EXTRACTED RECORDS:
▼▼▼

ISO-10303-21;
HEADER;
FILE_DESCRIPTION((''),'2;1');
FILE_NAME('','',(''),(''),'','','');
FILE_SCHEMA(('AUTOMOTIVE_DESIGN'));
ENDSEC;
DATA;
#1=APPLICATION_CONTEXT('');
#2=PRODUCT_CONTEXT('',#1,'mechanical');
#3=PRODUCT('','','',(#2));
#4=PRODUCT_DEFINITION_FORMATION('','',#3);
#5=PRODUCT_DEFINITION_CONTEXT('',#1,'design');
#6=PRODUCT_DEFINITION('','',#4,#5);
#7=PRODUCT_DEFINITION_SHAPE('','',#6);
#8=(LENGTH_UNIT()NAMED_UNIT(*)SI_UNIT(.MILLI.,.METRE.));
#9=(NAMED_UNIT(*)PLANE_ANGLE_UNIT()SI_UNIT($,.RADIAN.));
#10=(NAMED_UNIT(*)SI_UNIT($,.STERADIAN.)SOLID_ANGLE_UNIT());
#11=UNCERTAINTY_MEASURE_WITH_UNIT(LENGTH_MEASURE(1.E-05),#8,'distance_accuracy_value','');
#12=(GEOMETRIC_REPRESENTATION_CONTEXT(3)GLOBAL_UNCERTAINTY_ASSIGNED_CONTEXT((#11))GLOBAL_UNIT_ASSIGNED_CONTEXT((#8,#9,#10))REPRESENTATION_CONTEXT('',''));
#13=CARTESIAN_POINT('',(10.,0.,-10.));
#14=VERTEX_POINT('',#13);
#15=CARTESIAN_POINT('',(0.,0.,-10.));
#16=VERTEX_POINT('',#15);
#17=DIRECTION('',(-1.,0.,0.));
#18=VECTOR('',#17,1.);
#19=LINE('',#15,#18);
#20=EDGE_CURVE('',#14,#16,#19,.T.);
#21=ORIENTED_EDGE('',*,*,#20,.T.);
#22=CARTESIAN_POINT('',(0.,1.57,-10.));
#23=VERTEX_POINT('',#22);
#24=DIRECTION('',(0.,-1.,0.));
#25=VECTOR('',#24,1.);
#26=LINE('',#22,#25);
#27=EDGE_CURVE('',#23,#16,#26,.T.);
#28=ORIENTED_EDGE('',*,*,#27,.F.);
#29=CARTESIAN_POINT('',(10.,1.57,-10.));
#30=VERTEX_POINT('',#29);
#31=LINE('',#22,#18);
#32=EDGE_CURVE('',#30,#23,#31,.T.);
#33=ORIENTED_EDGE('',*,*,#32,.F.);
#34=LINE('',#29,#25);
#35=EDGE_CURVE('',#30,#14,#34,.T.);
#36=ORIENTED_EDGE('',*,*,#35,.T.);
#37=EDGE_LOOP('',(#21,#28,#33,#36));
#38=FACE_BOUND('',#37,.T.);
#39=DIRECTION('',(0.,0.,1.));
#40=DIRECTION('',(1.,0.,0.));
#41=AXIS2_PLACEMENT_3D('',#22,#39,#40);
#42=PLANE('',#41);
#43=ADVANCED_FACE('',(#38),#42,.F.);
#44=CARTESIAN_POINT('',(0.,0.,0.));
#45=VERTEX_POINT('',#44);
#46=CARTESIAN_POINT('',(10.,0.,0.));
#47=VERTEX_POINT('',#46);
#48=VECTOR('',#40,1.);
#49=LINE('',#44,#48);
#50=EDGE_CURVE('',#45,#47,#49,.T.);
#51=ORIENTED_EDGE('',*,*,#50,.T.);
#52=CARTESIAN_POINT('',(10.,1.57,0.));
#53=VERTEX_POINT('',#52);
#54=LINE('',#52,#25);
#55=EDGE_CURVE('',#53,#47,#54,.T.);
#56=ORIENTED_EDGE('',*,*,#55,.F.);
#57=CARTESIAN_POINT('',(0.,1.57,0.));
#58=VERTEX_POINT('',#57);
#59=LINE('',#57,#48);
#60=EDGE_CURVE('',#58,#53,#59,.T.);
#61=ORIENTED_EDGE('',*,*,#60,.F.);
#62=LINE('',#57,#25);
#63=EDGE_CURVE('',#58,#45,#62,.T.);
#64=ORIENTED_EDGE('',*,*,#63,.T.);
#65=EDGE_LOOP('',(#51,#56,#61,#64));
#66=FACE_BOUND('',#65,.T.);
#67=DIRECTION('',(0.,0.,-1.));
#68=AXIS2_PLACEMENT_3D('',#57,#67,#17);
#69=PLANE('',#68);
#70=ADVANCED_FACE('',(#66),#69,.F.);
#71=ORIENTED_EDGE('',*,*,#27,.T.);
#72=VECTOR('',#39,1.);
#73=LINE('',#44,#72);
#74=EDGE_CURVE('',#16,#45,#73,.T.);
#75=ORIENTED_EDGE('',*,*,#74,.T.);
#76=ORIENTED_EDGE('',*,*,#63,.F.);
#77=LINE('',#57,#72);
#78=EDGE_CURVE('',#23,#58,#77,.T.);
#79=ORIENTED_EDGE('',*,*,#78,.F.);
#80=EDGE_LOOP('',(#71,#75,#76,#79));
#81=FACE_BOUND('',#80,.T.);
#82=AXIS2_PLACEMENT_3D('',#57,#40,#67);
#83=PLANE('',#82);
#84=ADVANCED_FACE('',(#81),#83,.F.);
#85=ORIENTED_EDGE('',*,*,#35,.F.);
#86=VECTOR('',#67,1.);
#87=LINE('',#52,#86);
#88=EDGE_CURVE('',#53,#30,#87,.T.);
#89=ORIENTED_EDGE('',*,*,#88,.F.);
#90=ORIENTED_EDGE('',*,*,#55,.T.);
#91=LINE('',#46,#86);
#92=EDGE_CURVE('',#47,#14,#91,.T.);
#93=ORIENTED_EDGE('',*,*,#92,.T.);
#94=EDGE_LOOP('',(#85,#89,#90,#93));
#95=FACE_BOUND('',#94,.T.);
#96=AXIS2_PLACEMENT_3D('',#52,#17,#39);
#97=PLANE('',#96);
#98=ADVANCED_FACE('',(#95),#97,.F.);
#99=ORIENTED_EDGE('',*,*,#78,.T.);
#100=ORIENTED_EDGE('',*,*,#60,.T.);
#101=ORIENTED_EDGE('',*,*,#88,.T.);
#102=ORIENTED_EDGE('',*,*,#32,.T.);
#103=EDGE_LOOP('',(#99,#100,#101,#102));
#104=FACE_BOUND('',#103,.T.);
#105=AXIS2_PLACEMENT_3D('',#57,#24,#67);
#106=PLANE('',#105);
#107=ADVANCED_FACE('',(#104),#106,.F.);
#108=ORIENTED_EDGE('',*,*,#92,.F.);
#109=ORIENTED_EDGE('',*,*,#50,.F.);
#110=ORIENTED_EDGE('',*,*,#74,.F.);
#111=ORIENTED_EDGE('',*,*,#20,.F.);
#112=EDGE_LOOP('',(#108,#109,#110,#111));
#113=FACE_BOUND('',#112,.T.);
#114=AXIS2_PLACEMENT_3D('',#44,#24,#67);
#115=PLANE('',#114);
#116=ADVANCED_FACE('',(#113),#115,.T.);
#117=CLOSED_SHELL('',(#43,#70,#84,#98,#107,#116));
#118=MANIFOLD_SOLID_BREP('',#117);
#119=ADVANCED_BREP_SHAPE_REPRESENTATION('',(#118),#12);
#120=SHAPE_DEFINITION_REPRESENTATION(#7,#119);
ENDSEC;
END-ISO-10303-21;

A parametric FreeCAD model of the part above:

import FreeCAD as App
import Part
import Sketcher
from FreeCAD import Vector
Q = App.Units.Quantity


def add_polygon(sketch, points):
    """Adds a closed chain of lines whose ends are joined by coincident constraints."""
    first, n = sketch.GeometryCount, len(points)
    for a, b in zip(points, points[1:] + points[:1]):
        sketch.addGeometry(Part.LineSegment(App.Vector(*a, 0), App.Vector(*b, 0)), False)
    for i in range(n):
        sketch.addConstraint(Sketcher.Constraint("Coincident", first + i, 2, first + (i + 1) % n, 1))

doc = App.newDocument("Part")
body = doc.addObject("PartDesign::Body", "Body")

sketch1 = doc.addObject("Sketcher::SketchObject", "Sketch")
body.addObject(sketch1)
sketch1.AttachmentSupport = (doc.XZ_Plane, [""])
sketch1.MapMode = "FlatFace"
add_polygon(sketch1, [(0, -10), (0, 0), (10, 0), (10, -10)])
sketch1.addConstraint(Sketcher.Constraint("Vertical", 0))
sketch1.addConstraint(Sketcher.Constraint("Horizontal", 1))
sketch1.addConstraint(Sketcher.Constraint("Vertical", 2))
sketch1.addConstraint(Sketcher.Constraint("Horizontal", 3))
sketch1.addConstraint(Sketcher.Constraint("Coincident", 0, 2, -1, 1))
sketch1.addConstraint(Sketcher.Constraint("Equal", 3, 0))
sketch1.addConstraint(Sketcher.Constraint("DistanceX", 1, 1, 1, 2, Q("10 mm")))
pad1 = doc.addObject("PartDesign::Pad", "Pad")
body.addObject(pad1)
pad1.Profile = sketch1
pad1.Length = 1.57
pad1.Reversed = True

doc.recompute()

▲▲▲

TASK PROMPT: Using the entries above, give back exactly the line containing "#107=ADVANCED_FACE('',(#104),#106,.F.);", the line containing "A parametric FreeCAD", and every line between them, and nothing else.

TASK RESULT:
#107=ADVANCED_FACE('',(#104),#106,.F.);
#108=ORIENTED_EDGE('',*,*,#92,.F.);
#109=ORIENTED_EDGE('',*,*,#50,.F.);
#110=ORIENTED_EDGE('',*,*,#74,.F.);
#111=ORIENTED_EDGE('',*,*,#20,.F.);
#112=EDGE_LOOP('',(#108,#109,#110,#111));
#113=FACE_BOUND('',#112,.T.);
#114=AXIS2_PLACEMENT_3D('',#44,#24,#67);
#115=PLANE('',#114);
#116=ADVANCED_FACE('',(#113),#115,.T.);
#117=CLOSED_SHELL('',(#43,#70,#84,#98,#107,#116));
#118=MANIFOLD_SOLID_BREP('',#117);
#119=ADVANCED_BREP_SHAPE_REPRESENTATION('',(#118),#12);
#120=SHAPE_DEFINITION_REPRESENTATION(#7,#119);
ENDSEC;
END-ISO-10303-21;

A parametric FreeCAD model of the part above:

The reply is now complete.